Updating Your Information

You must provide updated information to any person to whom you claimed to be an exempt payee if you are no longer an exempt payee and anticipate receiving reportable payments in the future from this person. For example, you may need to provide updated information if you are a C corporation that elects to be an S corporation, or if you no longer are tax exempt. In addition, you must furnish a new Form W-9 if the name or TIN changes for the account; for example, if the grantor of a grantor trust dies.

Penalties

Failure to furnish TIN. If you fail to furnish your correct TIN to a requester, you are subject to a penalty of $50 for each such failure unless your failure is due to reasonable cause and not to willful neglect.
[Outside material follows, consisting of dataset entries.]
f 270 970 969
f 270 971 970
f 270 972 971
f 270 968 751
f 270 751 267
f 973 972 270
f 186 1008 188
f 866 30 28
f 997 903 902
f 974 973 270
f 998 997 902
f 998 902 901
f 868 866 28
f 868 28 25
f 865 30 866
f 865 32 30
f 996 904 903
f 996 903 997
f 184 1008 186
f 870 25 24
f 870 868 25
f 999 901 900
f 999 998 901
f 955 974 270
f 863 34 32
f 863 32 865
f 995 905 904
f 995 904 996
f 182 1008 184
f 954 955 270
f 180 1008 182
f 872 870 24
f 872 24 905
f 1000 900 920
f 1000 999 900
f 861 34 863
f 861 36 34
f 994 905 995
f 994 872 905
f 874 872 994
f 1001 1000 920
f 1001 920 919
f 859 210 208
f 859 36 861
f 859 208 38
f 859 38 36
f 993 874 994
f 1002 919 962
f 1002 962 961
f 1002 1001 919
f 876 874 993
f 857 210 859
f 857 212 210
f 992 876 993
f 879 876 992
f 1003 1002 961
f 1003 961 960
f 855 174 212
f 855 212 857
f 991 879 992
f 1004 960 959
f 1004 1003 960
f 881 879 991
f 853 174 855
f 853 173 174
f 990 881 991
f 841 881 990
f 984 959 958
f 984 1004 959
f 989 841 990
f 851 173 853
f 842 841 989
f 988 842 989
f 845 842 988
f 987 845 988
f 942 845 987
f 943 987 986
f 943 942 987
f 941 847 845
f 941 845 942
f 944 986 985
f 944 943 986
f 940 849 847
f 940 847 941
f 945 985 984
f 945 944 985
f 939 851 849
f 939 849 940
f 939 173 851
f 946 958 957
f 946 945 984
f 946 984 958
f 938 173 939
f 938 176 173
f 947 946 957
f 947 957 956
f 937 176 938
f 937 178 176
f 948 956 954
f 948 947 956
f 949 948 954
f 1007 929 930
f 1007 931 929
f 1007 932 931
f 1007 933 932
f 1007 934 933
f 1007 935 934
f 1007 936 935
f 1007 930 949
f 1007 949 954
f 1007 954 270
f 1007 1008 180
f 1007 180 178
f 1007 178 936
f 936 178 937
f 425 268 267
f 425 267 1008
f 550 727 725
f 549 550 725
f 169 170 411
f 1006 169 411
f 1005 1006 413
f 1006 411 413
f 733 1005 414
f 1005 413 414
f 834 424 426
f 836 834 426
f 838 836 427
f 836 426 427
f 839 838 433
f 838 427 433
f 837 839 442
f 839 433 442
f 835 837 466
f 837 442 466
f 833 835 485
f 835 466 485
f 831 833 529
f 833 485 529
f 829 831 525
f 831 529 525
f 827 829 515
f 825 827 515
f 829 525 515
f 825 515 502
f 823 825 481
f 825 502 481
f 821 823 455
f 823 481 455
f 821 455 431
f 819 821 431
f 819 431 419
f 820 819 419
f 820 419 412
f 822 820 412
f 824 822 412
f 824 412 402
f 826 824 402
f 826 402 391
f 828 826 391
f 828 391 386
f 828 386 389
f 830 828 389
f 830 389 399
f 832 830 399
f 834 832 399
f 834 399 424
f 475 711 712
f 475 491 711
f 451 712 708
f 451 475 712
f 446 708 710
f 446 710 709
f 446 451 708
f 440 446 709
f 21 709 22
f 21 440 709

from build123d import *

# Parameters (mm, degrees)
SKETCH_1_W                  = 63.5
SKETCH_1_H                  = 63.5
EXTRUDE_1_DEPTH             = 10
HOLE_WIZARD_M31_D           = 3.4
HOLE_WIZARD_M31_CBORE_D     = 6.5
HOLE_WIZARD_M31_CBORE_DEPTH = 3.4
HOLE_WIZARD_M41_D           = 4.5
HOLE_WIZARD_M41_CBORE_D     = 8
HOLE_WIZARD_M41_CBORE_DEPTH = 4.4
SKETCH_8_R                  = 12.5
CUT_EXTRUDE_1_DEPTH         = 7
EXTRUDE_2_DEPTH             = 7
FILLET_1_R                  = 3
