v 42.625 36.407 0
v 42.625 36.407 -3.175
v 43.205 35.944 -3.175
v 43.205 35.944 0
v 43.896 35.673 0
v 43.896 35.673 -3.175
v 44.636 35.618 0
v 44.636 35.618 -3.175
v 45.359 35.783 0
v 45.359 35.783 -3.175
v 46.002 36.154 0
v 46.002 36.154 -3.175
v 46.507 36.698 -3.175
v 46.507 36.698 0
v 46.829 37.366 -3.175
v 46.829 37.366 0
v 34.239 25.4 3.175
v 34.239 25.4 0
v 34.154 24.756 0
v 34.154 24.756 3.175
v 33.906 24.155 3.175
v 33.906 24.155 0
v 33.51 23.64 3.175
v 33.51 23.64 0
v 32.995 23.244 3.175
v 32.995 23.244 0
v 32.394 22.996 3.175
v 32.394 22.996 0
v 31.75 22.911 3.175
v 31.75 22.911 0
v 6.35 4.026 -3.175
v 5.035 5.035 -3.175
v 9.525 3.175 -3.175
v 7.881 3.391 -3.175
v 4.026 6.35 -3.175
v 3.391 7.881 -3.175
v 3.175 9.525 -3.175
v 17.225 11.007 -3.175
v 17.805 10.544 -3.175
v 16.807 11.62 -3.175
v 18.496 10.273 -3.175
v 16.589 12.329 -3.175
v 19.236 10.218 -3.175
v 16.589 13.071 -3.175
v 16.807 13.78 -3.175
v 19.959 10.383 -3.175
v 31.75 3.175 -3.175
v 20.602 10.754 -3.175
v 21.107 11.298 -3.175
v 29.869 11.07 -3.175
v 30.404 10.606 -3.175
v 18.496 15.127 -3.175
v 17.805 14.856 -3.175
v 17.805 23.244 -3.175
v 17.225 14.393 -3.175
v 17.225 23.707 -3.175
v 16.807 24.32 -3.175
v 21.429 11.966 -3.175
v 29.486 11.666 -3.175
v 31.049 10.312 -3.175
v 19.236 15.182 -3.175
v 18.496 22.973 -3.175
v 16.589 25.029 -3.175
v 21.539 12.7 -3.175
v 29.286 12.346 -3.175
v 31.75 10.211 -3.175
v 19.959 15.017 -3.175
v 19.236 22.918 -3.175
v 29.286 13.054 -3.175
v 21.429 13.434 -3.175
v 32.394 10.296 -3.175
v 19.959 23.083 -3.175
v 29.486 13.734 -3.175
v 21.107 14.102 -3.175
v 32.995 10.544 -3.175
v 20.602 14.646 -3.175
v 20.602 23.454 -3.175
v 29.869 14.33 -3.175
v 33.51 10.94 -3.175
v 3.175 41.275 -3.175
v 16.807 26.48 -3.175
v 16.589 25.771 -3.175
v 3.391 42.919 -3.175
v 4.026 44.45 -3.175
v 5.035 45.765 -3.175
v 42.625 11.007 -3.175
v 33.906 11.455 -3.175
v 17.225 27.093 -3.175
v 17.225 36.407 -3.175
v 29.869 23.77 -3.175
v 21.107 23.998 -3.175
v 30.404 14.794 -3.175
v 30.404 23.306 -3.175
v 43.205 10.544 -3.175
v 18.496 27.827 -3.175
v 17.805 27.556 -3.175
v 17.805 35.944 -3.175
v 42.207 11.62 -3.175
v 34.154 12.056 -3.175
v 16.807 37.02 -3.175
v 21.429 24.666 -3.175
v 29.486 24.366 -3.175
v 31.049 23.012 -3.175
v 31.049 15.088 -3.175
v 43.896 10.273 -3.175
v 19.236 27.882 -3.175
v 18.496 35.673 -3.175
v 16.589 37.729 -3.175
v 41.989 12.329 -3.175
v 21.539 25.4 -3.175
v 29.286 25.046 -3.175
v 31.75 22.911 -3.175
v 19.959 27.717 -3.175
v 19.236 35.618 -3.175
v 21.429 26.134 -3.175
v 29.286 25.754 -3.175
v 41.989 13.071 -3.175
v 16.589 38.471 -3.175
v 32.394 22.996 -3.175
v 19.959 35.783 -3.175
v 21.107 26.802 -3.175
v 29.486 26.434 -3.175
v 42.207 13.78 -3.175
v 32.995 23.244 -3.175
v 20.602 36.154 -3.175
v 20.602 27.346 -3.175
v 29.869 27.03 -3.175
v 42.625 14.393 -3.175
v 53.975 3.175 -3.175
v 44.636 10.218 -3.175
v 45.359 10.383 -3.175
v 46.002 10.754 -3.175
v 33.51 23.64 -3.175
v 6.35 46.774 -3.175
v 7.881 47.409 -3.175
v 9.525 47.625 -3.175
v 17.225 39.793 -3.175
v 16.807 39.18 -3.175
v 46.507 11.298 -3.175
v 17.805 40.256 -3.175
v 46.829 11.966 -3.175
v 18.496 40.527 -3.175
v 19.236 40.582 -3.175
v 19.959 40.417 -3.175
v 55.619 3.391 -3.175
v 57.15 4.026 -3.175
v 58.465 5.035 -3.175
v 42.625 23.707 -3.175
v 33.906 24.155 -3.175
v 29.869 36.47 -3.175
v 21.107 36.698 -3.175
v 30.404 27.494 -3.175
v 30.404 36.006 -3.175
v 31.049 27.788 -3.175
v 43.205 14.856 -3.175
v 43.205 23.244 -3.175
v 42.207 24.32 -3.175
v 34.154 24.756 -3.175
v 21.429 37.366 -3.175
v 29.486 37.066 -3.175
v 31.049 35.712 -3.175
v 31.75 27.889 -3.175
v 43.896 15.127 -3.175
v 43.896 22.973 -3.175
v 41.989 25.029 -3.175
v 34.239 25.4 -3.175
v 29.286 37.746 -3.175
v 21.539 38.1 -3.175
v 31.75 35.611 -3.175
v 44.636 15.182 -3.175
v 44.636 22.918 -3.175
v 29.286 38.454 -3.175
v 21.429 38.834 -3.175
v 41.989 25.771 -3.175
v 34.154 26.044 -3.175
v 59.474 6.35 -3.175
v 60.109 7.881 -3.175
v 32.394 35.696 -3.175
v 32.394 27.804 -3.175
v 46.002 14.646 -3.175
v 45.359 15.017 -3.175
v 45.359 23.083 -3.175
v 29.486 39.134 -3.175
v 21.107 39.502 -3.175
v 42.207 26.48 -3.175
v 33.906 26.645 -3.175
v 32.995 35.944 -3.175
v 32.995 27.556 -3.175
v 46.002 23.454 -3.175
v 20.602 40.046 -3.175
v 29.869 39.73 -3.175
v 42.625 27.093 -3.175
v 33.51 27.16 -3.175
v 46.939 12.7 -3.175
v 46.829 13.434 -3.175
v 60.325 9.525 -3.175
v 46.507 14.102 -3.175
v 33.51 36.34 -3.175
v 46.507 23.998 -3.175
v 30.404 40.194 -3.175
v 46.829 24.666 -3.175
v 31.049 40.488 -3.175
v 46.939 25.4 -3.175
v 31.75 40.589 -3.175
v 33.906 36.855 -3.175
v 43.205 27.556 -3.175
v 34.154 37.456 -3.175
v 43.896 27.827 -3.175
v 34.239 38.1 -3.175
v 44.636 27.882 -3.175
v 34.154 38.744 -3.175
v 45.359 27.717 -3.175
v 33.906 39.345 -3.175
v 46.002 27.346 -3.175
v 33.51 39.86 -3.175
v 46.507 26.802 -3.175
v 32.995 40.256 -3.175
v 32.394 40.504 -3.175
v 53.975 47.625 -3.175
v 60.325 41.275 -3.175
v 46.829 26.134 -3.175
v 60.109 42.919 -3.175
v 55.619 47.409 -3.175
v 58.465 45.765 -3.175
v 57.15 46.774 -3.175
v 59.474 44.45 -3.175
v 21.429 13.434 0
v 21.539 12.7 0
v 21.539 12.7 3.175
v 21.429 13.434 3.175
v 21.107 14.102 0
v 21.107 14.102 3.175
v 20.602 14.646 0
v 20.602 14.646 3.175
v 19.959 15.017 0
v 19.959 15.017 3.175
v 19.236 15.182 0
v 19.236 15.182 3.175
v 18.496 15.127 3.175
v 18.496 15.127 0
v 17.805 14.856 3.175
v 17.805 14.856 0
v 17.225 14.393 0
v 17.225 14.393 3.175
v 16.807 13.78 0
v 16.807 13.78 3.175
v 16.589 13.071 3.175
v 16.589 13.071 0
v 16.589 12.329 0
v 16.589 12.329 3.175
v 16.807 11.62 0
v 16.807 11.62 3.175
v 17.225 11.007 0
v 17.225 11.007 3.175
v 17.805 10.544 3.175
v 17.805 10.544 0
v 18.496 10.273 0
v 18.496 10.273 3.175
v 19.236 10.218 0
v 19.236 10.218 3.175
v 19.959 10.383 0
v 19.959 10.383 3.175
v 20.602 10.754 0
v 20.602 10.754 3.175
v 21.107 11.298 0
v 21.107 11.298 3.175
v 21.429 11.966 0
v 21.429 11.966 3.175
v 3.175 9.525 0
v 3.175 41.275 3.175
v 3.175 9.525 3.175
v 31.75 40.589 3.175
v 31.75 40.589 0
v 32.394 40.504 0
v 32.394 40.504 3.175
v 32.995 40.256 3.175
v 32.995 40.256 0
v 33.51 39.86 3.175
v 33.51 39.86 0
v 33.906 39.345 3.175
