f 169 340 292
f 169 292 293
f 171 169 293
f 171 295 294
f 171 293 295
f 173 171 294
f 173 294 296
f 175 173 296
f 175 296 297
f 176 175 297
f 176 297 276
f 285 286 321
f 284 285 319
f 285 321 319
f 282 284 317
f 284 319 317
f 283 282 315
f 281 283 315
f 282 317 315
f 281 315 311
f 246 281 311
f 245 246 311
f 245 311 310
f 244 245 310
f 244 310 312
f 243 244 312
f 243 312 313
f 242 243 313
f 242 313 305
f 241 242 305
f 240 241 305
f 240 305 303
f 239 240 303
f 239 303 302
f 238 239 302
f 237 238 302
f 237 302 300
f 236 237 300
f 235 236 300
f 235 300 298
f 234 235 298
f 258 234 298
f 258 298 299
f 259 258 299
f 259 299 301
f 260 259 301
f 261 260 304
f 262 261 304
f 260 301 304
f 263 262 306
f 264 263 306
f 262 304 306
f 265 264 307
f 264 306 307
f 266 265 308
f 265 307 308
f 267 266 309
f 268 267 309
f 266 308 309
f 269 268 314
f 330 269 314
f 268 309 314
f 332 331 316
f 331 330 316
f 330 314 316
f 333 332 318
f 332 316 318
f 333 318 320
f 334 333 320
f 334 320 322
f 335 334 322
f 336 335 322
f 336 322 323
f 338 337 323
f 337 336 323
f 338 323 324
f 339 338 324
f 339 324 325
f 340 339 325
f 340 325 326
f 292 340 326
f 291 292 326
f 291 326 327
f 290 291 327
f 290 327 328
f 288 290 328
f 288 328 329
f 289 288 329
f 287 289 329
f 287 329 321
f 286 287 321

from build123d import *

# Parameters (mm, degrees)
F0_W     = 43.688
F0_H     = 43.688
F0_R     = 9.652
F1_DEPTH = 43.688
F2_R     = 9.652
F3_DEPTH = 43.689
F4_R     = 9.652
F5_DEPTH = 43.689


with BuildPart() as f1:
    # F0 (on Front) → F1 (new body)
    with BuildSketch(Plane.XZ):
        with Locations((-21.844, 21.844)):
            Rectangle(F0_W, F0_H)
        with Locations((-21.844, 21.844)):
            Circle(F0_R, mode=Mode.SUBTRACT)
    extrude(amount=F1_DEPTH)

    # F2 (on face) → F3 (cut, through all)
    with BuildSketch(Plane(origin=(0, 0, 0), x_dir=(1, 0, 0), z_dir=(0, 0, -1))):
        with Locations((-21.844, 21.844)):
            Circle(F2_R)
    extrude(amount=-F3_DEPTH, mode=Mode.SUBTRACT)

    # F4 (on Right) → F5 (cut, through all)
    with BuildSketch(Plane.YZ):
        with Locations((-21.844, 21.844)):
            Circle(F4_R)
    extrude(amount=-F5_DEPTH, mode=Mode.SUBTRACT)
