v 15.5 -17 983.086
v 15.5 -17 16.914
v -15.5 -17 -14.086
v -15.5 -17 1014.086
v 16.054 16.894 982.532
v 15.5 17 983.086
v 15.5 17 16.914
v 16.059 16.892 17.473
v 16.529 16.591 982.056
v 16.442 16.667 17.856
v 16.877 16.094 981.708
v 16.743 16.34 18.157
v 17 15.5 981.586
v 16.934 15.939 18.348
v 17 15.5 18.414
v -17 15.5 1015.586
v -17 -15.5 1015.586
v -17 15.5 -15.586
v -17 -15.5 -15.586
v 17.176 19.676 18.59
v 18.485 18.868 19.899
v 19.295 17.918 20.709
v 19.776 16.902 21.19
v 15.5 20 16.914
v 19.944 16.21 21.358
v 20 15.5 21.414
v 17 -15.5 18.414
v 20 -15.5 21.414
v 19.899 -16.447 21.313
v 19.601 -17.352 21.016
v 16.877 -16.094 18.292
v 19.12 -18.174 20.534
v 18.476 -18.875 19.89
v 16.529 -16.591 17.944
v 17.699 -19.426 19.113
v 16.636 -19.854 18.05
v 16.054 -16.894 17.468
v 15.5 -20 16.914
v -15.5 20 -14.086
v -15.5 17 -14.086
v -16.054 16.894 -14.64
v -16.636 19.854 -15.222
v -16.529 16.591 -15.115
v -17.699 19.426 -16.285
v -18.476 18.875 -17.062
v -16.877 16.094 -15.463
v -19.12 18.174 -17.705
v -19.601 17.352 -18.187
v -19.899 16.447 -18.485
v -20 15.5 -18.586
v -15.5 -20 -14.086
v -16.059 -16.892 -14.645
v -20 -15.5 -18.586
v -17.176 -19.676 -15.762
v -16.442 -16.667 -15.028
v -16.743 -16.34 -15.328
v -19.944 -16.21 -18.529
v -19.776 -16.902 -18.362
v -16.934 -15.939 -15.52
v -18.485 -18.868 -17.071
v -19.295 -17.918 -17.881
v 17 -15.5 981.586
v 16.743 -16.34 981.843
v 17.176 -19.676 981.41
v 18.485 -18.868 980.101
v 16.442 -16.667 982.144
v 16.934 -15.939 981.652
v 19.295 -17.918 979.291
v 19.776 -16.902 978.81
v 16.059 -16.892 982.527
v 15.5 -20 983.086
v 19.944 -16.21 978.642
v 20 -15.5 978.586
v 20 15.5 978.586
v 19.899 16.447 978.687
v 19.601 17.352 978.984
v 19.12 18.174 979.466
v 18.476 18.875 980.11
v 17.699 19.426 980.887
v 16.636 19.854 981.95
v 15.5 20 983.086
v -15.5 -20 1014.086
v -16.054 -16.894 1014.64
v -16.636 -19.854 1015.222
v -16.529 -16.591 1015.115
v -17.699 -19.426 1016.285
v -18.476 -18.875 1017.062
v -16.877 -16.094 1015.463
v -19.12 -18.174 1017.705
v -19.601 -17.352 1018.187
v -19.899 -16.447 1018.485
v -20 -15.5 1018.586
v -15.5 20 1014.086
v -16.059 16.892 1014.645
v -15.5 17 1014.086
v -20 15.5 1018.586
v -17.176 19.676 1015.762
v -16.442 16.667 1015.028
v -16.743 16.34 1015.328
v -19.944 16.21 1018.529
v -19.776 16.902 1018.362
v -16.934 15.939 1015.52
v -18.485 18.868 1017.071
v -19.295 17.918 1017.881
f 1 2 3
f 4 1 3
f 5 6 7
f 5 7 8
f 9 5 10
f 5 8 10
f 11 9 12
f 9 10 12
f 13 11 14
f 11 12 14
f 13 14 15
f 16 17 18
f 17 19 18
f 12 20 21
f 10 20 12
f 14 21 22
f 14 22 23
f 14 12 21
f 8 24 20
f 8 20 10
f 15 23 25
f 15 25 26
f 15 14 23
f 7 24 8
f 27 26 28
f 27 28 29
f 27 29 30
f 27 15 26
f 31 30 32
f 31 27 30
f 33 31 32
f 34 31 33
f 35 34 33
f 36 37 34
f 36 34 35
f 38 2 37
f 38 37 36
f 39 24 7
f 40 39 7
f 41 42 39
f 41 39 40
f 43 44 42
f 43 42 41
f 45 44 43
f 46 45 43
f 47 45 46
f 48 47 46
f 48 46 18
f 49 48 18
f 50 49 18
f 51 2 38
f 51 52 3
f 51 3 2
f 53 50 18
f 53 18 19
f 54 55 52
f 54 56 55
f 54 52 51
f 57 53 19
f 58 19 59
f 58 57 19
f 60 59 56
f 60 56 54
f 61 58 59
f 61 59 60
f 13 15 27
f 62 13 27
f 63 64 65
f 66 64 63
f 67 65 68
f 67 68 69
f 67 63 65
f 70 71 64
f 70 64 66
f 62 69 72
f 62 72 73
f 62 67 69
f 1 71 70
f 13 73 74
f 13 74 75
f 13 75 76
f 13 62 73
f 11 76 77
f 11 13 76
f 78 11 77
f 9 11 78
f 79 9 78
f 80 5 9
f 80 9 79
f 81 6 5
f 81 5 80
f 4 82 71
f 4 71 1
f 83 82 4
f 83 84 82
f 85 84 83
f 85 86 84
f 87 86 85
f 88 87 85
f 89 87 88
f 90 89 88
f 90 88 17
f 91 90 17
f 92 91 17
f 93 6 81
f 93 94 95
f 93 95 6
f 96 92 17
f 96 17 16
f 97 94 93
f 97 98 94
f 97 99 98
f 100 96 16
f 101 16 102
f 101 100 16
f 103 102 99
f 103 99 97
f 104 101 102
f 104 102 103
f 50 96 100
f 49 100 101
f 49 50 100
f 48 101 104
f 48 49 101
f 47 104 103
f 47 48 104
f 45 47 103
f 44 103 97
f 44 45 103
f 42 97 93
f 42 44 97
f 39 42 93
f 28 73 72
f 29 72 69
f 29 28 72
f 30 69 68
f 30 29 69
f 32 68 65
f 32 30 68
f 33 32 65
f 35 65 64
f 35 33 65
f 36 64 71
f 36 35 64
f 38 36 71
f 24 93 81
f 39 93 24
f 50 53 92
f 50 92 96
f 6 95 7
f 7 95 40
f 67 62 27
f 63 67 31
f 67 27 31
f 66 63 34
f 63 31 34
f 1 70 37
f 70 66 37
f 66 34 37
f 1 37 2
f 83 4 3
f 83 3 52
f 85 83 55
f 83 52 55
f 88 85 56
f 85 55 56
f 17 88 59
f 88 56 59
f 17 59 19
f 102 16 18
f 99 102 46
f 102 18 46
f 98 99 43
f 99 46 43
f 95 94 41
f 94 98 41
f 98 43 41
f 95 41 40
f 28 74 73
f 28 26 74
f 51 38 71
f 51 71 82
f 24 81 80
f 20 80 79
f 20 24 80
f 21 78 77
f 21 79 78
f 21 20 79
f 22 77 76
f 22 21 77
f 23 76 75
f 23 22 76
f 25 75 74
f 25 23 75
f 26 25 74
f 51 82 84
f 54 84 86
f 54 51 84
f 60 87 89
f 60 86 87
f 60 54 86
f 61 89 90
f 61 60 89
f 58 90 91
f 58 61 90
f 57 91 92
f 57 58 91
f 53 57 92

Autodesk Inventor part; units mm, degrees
ref_plane "Start Plane" through (0, 0, -18.5858) normal (0, 0, 1) x (1, 0, 0)
ref_plane "End Plane" through (0, 0, 1018.5858) normal (0, 0, 1) x (1, 0, 0)
sketch "Sketch" plane through (0, 0, 0) normal (0, 0, 1) x (1, 0, 0)
  line L0 (-20, -15.5) -> (-20, 15.5)
  line L1 (-15.5, 20) -> (15.5, 20)
  line L2 (20, 15.5) -> (20, -15.5)
  line L3 (15.5, -20) -> (-15.5, -20)
  arc A0 (-20, -15.5) -> (-15.5, -20) centre (-15.5, -15.5) ccw
  arc A1 (-15.5, 20) -> (-20, 15.5) centre (-15.5, 15.5) ccw
  arc A2 (20, 15.5) -> (15.5, 20) centre (15.5, 15.5) ccw
  arc A3 (15.5, -20) -> (20, -15.5) centre (15.5, -15.5) ccw
  arc A4 (-15.5, 17) -> (-17, 15.5) centre (-15.5, 15.5) ccw
  line L4 (-15.5, 17) -> (15.5, 17)
  arc A5 (17, 15.5) -> (15.5, 17) centre (15.5, 15.5) ccw
  line L5 (17, 15.5) -> (17, -15.5)
  arc A6 (15.5, -17) -> (17, -15.5) centre (15.5, -15.5) ccw
  line L6 (15.5, -17) -> (-15.5, -17)
  arc A7 (-17, -15.5) -> (-15.5, -17) centre (-15.5, -15.5) ccw
  line L7 (-17, -15.5) -> (-17, 15.5)
  line L8 (0, 29.3048) -> (0, -29.3048) construction
  line L9 (-29.3048, 0) -> (29.3048, 0) construction
  dimension "d7" = 4.5
  dimension "d10" = 40
  dimension "d11" = 40
  dimension "d12" = 3
  dimension "d15" = 20
  dimension "d16" = 20
extrude "Body" add sketch "Sketch" along normal up to surface (1037.1716 mm away) from surface at -18.5858
sketch "Sketch3" plane through (0, 0, 0) normal (0, 0, 1) x (1, 0, 0)
  line L0 (0, 0) -> (10, 0)
ref_plane "Work Plane3" through (0, 0, 0) normal (0, -1, 0) x (1, 0, 0)
ref_plane "Work Plane5" through (-20.7071, 0, -19.2929) normal (0.7071, 0, -0.7071) x (-0.7071, 0, -0.7071)
split "Split2" plane through (-20.7071, 0, -19.2929) removes the side toward (0.7071, 0, -0.7071)
ref_plane "Work Plane8" through (-20.7071, 0, 1019.2929) normal (0.7071, 0, 0.7071) x (0.7071, 0, -0.7071)
split "Split5" plane through (-20.7071, 0, 1019.2929) removes the side toward (0.7071, 0, 0.7071)
sketch "Sketch4" plane through (0, 0, 0) normal (0, -1, 0) x (1, 0, 0)
  line L0 (-2, -18.5858) -> (12, -18.5858) projected
  line L1 (-2, 1018.5858) -> (12, 1018.5858) projected
  dimension "d18" = 1037.1716
equation "\"d7\" = G_IR"
equation "\"d10\" = G_H"
equation "\"d11\" = G_W"
equation "\"d12\" = G_T"
equation "\"d15\" = 0.5 * d10"
equation "\"d16\" = 0.5 * d11"
equation "\"d3\" = G_L"
equation "\"G_W\" = 40"
equation "\"G_H\" = 40"
equation "\"G_T\" = 3"
equation "\"G_IR\" = 4.5"
equation "\"G_L\" = d18"
equation "\"G_OFFSET_START\" = 18.58579"
equation "\"G_OFFSET_END\" = 18.58579"
equation "\"d13\" = -G_OFFSET_START"
equation "\"d14\" = G_OFFSET_END + B_L"
equation "\"B_L\" = 1000"
properties part number "ISO 12633-2 - 40x40x3 - 1037,17" material "Steel, Mild"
Civil penalty for false information with respect to withholding. If you make a false statement with no reasonable basis that results in no backup withholding, you are subject to a $500 penalty.

Criminal penalty for falsifying information. Willfully falsifying certifications or affirmations may subject you to criminal penalties including fines and/or imprisonment.

Misuse of TINs. If the requester discloses or uses TINs in violation of federal law, the requester may be subject to civil and criminal penalties.

Specific Instructions

Line 1

You must enter one of the following on this line; do not leave this line blank. The name should match the name on your tax return.

If this Form W-9 is for a joint account, list first, and then circle, the name of the person or entity whose number you entered in Part I of Form W-9.

a. Individual. Generally, enter the name shown on your tax return. If you have changed your last name without informing the Social Security Administration (SSA) of the name change, enter your first name, the last name as shown on your social security card, and your new last name.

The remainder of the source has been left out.